Any thoughts, westpac have it rated as accumulate. 

Do not hold, but at the right price I think it could be a good investment.


----------



## prawn_86 (13 June 2007)

i was in this not long ago for a short term trade.

i think the fundamentals are there, ageing population etc etc but i havent look at it at too much detail.

i bought in at $2.55 and sold out a couple weeks later at $3 for a nice low risk profit, but as to a long term hold im not too sure but it does show potential.


----------



## Lachlan6 (13 June 2007)

Gday Ken. From a techinical perspective, (VGH) has had a tough time since its large reversal acumulation pattern in late 2005. Since then the stock has been punished, falling from the mid $4's to today's price.
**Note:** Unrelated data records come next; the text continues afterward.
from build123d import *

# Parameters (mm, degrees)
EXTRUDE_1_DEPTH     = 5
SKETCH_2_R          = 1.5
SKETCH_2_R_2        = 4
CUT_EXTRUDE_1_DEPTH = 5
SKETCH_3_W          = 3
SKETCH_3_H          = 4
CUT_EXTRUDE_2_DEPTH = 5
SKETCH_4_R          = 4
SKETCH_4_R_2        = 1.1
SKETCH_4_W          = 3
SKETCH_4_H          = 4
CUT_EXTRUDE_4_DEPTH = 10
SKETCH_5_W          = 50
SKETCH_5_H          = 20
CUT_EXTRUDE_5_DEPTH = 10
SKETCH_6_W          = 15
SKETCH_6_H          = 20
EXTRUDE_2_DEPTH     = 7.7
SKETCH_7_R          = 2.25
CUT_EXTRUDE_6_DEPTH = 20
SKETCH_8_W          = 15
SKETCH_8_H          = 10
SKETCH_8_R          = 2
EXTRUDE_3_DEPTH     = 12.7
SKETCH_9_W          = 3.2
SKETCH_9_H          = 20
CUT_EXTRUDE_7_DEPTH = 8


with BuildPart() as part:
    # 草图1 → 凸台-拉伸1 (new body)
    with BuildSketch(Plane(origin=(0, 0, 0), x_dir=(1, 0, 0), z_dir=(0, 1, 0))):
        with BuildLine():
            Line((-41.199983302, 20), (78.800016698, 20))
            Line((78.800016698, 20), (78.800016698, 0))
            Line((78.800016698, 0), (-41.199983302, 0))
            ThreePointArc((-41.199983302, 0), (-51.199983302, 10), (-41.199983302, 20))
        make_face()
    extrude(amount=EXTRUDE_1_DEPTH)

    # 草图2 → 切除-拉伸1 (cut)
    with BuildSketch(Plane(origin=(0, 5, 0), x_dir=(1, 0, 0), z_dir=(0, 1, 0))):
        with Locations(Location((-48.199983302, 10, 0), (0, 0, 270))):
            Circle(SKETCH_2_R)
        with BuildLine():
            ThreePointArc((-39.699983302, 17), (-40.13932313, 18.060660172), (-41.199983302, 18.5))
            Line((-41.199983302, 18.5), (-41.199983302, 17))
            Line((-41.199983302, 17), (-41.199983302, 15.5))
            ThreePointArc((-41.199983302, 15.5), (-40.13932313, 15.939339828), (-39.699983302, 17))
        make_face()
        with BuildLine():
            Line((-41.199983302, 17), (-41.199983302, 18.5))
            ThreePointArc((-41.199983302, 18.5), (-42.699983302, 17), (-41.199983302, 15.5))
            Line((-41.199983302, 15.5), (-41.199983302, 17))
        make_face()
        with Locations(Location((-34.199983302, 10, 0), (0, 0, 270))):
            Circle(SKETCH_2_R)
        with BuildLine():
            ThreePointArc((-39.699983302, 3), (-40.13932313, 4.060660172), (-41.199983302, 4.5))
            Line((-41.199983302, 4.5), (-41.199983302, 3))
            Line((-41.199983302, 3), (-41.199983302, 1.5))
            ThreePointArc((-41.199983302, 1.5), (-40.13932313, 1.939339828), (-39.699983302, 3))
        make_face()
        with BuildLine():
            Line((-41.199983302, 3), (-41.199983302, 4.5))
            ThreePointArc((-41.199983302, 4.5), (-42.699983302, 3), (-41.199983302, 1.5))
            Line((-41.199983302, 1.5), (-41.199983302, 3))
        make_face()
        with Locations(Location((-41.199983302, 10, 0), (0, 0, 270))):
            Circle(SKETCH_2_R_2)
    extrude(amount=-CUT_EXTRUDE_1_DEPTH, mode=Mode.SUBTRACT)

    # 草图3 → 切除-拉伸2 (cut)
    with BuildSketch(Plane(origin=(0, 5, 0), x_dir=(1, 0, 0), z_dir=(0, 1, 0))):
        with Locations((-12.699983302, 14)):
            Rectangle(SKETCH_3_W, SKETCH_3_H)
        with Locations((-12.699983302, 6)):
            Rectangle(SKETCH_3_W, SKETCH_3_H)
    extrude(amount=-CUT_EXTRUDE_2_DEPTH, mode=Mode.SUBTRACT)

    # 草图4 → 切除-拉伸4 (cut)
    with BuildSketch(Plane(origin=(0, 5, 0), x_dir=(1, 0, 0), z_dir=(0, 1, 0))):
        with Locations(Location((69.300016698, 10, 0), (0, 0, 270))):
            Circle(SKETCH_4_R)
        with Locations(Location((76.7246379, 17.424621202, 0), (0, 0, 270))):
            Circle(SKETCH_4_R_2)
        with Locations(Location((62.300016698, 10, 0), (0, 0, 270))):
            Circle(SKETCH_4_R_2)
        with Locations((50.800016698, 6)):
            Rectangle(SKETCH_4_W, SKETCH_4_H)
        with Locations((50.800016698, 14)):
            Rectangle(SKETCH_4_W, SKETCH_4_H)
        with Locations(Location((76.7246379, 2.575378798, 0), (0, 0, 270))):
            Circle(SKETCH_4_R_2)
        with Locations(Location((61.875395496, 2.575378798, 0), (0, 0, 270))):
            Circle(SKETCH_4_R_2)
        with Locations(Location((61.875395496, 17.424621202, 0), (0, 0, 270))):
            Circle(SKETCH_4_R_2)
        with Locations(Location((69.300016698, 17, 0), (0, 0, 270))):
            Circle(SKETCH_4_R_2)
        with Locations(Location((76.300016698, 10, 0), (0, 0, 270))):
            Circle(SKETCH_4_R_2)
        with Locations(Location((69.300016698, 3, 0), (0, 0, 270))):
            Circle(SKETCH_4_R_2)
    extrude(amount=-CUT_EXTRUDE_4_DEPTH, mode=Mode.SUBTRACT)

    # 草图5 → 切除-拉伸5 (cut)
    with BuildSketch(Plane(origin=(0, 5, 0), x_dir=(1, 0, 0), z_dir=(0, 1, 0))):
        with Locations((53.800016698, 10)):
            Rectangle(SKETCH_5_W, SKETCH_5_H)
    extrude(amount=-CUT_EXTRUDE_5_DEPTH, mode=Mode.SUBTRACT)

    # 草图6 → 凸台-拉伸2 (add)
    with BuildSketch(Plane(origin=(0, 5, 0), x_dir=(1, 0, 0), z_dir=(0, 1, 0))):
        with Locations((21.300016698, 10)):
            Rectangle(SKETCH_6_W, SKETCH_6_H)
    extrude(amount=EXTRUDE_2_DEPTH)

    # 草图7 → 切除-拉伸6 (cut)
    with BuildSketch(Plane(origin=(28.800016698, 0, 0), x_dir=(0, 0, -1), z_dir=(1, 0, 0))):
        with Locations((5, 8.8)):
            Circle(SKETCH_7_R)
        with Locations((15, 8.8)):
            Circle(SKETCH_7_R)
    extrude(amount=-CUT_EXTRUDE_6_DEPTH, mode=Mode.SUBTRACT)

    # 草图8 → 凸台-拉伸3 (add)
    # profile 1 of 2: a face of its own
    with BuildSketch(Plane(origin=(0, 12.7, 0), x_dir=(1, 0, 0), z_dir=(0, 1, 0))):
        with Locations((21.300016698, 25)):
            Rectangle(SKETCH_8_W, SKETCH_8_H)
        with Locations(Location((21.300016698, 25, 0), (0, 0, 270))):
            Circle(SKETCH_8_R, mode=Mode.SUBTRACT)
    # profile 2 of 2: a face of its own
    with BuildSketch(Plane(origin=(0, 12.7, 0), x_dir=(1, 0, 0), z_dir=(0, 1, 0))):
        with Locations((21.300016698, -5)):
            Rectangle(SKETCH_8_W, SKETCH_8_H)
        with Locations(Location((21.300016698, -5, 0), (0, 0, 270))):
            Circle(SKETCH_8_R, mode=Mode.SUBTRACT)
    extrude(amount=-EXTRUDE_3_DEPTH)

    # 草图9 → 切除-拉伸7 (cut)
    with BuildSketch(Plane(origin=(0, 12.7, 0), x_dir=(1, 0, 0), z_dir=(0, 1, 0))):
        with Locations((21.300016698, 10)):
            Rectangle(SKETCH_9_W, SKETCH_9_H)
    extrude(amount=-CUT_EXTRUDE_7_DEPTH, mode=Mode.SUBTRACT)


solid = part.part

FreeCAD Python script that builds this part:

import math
import FreeCAD as App
import Part
import Sketcher
from FreeCAD import Vector

doc = App.newDocument("Part")
body = doc.addObject("PartDesign::Body", "Body")

sketch1 = body.newObject("Sketcher::SketchObject", "Sketch")
sketch1.AttachmentSupport = (doc.getObject("XZ_Plane"), [""])
sketch1.MapMode = "FlatFace"
sketch1.addGeometry([
    Part.LineSegment(Vector(79, -20, 0), Vector(-41, -20, 0)),
    Part.ArcOfCircle(Part.Circle(Vector(-41, -10, 0), Vector(0, 0, 1), 10), math.radians(90), math.radians(270)),
    Part.LineSegment(Vector(-41, 0, 0), Vector(79, 0, 0)),
    Part.LineSegment(Vector(79, 0, 0), Vector(79, -20, 0)),
], False)
sketch1.addConstraint([
    Sketcher.Constraint("Tangent", 0, 2, 1, 2),
    Sketcher.Constraint("Tangent", 1, 1, 2, 1),
    Sketcher.Constraint("Coincident", 2, 2, 3, 1),
    Sketcher.Constraint("Coincident", 3, 2, 0, 1),
    Sketcher.Constraint("Horizontal", 0),
    Sketcher.Constraint("Horizontal", 2),
    Sketcher.Constraint("Vertical", 3),
    Sketcher.Constraint("PointOnObject", 1, 1, -1),
    Sketcher.Constraint("Radius", 1, 10.0),
    Sketcher.Constraint("DistanceX", 0, 2, 0, 1, 120.0),
    Sketcher.Constraint("DistanceX", 1, 3, -1, 1, 41.199983),
])
pad1 = body.newObject("PartDesign::Pad", "Pad")
pad1.Profile = sketch1
pad1.Length = 5
pad1.Reversed = True
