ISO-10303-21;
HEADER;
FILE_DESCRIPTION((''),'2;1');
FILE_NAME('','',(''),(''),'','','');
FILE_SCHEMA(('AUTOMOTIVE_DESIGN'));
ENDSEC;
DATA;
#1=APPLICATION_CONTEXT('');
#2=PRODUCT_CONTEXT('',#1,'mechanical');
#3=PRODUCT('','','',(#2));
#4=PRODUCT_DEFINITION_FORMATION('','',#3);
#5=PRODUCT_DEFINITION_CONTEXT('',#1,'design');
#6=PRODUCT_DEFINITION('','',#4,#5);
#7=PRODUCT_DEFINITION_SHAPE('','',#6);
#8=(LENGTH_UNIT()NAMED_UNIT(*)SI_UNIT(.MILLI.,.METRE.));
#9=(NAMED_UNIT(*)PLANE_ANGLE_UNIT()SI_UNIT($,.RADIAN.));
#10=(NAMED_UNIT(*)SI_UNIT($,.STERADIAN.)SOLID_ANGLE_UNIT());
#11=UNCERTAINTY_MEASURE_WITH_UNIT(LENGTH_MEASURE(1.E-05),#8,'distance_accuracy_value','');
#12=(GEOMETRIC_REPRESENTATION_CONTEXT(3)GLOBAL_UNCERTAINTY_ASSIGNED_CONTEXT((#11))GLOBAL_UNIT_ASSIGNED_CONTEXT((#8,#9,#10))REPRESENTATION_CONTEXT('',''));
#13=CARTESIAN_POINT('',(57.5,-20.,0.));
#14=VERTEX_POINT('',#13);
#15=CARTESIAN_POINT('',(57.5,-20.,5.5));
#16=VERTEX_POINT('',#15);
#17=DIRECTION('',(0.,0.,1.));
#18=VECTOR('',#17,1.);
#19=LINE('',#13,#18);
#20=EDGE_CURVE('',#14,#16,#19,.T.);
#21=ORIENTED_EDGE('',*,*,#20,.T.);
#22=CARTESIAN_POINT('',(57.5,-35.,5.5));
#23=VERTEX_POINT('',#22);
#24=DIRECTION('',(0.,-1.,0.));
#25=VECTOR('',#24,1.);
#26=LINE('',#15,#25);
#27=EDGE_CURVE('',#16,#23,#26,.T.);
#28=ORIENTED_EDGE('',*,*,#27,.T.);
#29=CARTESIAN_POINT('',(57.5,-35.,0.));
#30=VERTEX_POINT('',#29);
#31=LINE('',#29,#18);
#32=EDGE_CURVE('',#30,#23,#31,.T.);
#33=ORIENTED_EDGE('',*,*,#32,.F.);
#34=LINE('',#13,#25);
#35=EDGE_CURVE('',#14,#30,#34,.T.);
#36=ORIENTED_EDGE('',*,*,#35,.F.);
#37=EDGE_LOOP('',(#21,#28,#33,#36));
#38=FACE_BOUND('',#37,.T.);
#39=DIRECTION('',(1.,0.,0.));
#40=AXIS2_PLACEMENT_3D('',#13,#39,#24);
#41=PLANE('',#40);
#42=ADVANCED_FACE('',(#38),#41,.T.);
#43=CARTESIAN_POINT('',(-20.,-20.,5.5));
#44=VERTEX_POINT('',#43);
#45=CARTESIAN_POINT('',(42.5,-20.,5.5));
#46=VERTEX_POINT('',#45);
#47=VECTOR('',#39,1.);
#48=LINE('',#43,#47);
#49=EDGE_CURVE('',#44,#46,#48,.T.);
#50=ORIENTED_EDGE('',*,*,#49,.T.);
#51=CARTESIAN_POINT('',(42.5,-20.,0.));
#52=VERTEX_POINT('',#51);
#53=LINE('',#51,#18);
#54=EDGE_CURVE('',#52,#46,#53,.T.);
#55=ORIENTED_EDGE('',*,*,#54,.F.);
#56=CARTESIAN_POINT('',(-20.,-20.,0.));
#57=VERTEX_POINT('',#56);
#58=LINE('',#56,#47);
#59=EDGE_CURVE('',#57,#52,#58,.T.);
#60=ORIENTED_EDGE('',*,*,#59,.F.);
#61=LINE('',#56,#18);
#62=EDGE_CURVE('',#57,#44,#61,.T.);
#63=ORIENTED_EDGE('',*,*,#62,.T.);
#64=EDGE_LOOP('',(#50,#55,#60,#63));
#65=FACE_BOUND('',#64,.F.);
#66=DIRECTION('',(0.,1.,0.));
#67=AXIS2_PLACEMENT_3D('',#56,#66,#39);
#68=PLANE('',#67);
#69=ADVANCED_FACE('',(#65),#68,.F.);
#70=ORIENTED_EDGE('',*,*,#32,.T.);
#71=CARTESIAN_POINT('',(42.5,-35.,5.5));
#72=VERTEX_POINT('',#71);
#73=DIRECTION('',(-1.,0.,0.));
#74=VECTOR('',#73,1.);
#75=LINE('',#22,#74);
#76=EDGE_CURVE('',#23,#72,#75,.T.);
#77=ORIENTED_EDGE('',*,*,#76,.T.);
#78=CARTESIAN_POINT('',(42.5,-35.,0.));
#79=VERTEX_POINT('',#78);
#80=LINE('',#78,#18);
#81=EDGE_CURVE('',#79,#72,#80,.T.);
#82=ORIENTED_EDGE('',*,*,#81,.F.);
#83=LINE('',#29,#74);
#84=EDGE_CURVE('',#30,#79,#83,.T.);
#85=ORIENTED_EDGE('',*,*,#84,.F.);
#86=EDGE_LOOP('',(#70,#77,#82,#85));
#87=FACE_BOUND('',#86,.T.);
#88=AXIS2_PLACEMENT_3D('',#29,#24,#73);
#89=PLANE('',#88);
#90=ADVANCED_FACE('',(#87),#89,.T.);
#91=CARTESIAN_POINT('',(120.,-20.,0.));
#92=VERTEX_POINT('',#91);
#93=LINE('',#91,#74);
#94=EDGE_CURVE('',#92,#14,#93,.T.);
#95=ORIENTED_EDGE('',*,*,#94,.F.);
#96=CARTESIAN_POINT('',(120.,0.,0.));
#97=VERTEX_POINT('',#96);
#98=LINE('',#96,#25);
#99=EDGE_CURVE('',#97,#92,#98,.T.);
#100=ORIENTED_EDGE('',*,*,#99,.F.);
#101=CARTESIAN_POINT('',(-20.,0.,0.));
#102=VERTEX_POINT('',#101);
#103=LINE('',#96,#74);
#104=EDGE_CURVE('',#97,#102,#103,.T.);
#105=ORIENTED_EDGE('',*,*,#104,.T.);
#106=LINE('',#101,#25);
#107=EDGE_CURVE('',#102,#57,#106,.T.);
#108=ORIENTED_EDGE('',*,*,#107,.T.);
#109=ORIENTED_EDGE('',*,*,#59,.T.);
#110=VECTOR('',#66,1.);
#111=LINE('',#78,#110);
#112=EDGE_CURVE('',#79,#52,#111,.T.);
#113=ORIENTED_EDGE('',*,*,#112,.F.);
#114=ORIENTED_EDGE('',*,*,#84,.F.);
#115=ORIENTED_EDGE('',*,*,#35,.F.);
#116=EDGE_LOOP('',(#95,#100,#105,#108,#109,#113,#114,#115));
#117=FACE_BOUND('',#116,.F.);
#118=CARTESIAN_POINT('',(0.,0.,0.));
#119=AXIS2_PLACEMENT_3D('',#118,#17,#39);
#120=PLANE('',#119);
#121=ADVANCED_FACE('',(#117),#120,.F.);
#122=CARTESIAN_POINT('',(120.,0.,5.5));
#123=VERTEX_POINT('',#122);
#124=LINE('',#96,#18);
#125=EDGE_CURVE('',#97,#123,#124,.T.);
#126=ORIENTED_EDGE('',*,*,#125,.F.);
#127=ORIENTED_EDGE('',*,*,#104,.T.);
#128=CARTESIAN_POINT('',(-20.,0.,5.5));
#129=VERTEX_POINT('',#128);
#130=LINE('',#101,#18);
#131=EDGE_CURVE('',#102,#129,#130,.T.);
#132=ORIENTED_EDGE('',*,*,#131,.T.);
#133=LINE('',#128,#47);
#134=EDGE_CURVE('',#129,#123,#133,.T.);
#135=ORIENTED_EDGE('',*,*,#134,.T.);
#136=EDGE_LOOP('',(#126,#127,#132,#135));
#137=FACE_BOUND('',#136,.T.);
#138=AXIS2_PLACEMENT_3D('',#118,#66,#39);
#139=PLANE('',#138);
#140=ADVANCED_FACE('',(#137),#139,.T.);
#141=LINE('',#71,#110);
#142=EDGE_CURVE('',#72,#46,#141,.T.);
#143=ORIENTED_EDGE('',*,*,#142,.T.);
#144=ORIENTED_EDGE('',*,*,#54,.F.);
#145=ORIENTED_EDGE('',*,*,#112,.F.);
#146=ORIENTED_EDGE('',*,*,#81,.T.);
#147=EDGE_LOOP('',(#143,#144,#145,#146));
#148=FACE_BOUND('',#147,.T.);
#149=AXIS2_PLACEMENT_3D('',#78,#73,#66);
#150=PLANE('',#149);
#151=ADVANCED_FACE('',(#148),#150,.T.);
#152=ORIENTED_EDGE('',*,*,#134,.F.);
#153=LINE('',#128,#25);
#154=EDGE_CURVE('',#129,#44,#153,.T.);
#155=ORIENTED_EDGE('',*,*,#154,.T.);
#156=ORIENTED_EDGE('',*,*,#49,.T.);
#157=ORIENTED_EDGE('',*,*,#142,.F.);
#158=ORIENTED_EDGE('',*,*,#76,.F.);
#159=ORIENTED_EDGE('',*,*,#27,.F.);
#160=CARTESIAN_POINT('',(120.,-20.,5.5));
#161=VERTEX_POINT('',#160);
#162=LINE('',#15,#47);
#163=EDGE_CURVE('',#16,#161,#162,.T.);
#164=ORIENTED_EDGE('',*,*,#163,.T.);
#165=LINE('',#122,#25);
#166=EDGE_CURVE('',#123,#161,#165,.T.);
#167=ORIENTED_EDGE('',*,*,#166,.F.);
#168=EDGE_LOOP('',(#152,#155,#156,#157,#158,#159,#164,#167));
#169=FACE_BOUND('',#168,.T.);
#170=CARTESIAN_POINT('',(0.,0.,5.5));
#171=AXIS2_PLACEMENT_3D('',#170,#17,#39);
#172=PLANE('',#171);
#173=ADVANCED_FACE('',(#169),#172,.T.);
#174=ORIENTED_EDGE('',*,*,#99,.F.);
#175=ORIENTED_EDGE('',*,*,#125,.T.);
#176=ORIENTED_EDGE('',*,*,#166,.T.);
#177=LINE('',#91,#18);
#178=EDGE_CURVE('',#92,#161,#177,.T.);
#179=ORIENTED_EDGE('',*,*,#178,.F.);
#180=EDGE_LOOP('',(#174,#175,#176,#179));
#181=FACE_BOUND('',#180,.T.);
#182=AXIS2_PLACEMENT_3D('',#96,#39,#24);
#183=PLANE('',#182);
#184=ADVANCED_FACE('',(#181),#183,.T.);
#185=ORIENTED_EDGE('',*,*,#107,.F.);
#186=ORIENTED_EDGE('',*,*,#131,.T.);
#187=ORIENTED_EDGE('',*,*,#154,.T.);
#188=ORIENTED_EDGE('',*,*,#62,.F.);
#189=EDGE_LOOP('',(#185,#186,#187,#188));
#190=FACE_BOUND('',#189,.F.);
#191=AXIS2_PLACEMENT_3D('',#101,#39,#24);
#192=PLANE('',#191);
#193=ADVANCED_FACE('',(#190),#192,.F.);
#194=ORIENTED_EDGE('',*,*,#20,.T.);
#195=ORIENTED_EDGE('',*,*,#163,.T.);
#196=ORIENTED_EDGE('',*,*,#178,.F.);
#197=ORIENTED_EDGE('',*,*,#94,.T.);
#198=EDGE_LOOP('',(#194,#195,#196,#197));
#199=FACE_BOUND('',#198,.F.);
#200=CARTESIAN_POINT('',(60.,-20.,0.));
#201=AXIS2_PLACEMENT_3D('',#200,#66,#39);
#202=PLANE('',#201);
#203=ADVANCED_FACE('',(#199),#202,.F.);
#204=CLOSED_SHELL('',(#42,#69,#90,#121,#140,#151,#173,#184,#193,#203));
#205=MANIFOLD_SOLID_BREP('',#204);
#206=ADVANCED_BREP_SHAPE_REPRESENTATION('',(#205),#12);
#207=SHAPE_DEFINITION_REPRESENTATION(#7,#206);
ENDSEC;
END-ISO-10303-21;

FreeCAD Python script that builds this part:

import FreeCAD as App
import Part
import Sketcher
from FreeCAD import Vector
Q = App.Units.Quantity


def add_polygon(sketch, points):
    """Adds a closed chain of lines whose ends are joined by coincident constraints."""
    first, n = sketch.GeometryCount, len(points)
    for a, b in zip(points, points[1:] + points[:1]):
        sketch.addGeometry(Part.LineSegment(App.Vector(*a, 0), App.Vector(*b, 0)), False)
    for i in range(n):
        sketch.addConstraint(Sketcher.Constraint("Coincident", first + i, 2, first + (i + 1) % n, 1))

doc = App.newDocument("Part")
body = doc.addObject("PartDesign::Body", "Body")

sketch1 = body.newObject("Sketcher::SketchObject", "Sketch")
sketch1.AttachmentSupport = (doc.getObject("XY_Plane"), [""])
sketch1.MapMode = "FlatFace"
add_polygon(sketch1, [(-20, 0), (-20, -20), (42, -20), (42, -35), (58, -35), (58, -20), (120, -20), (120, 0)])
sketch1.addConstraint(Sketcher.Constraint("Vertical", 0))
sketch1.addConstraint(Sketcher.Constraint("Horizontal", 1))
sketch1.addConstraint(Sketcher.Constraint("Vertical", 2))
sketch1.addConstraint(Sketcher.Constraint("Horizontal", 3))
sketch1.addConstraint(Sketcher.Constraint("Vertical", 4))
sketch1.addConstraint(Sketcher.Constraint("Horizontal", 5))
sketch1.addConstraint(Sketcher.Constraint("Vertical", 6))
sketch1.addConstraint(Sketcher.Constraint("Horizontal", 7))
sketch1.addConstraint(Sketcher.Constraint("PointOnObject", 6, 2, -1))
sketch1.addConstraint(Sketcher.Constraint("Horizontal", 1, 2, 4, 2))
sketch1.addConstraint(Sketcher.Constraint("Equal", 1, 5))
sketch1.addConstraint(Sketcher.Constraint("Equal", 3, 2))
sketch1.addConstraint(Sketcher.Constraint("DistanceX", 3, 1, 3, 2, Q("15 mm")))
sketch1.addConstraint(Sketcher.Constraint("DistanceX", 7, 2, 7, 1, Q("140 mm")))
sketch1.addConstraint(Sketcher.Constraint("DistanceY", 0, 2, 0, 1, Q("20 mm")))
sketch1.addConstraint(Sketcher.Constraint("DistanceX", 0, 2, -1, 1, Q("20 mm")))
pad1 = body.newObject("PartDesign::Pad", "Pad")
pad1.Profile = sketch1
pad1.Length = 5.5

doc.recompute()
Signs of positive accumulation may be forming now, which may mean that the stock will drift between a wide range between $3 and around $2.3. Such signs have come from nice positive divergence with price, which arrested the savage decline, however it was unable to overcome key resistance at $3.

Unfortunately, today's action is negative as the sellers are coming back in, refilling a nice little gap up in May, but also breaking through the wrong side of a short term uptrend line. The stock is certainly not a long term BUY yet in my opinion, as I favour it drifting within the afore mentioned range for a while before it decides upon its next quest, either breaking through key resistance, or continuing lower. I have also posted on the chart my Elliott Wave count, which shows that the failed attempt at key resistance, also coincides with a key fibonacci level.


----------



## Ken (13 June 2007)

Thanks for the chart.

I am of the view, its not a buy just yet  but at some point VGH will not be ignored, and it will be revalued.  If the business model is putting out good results, then value will come to the share price.  There are worse companies out there than VGH trading at inflated prices.  It's out of favour yes, just a matter of getting in at an acceptable level.  The lower the price the higher the yield.


----------



## maungatapu (24 January 2009)

Shareholders equity    118.06m  includes 198.9m  goodwill
shares                        73.36m

Book value per share $1.61    Last sp  $0.52
Strip out the goodwill they're worth zilch.


----------



## So_Cynical (24 January 2009)

Company Summary

Market Cap: 35,744,584
Issued Shares: 68,739,584 
52-wk High: 3.07
52-wk Low: 0.41
Last Price: 0.52
Div-share: 0.13 
Div 100% franked 
First listed 17 Dec 2004



maungatapu said:


> Shareholders equity 118.06m  includes 198.9m  goodwill shares 73.36m
> Book value per share $1.61    Last sp  $0.52
> Strip out the goodwill they're worth zilch.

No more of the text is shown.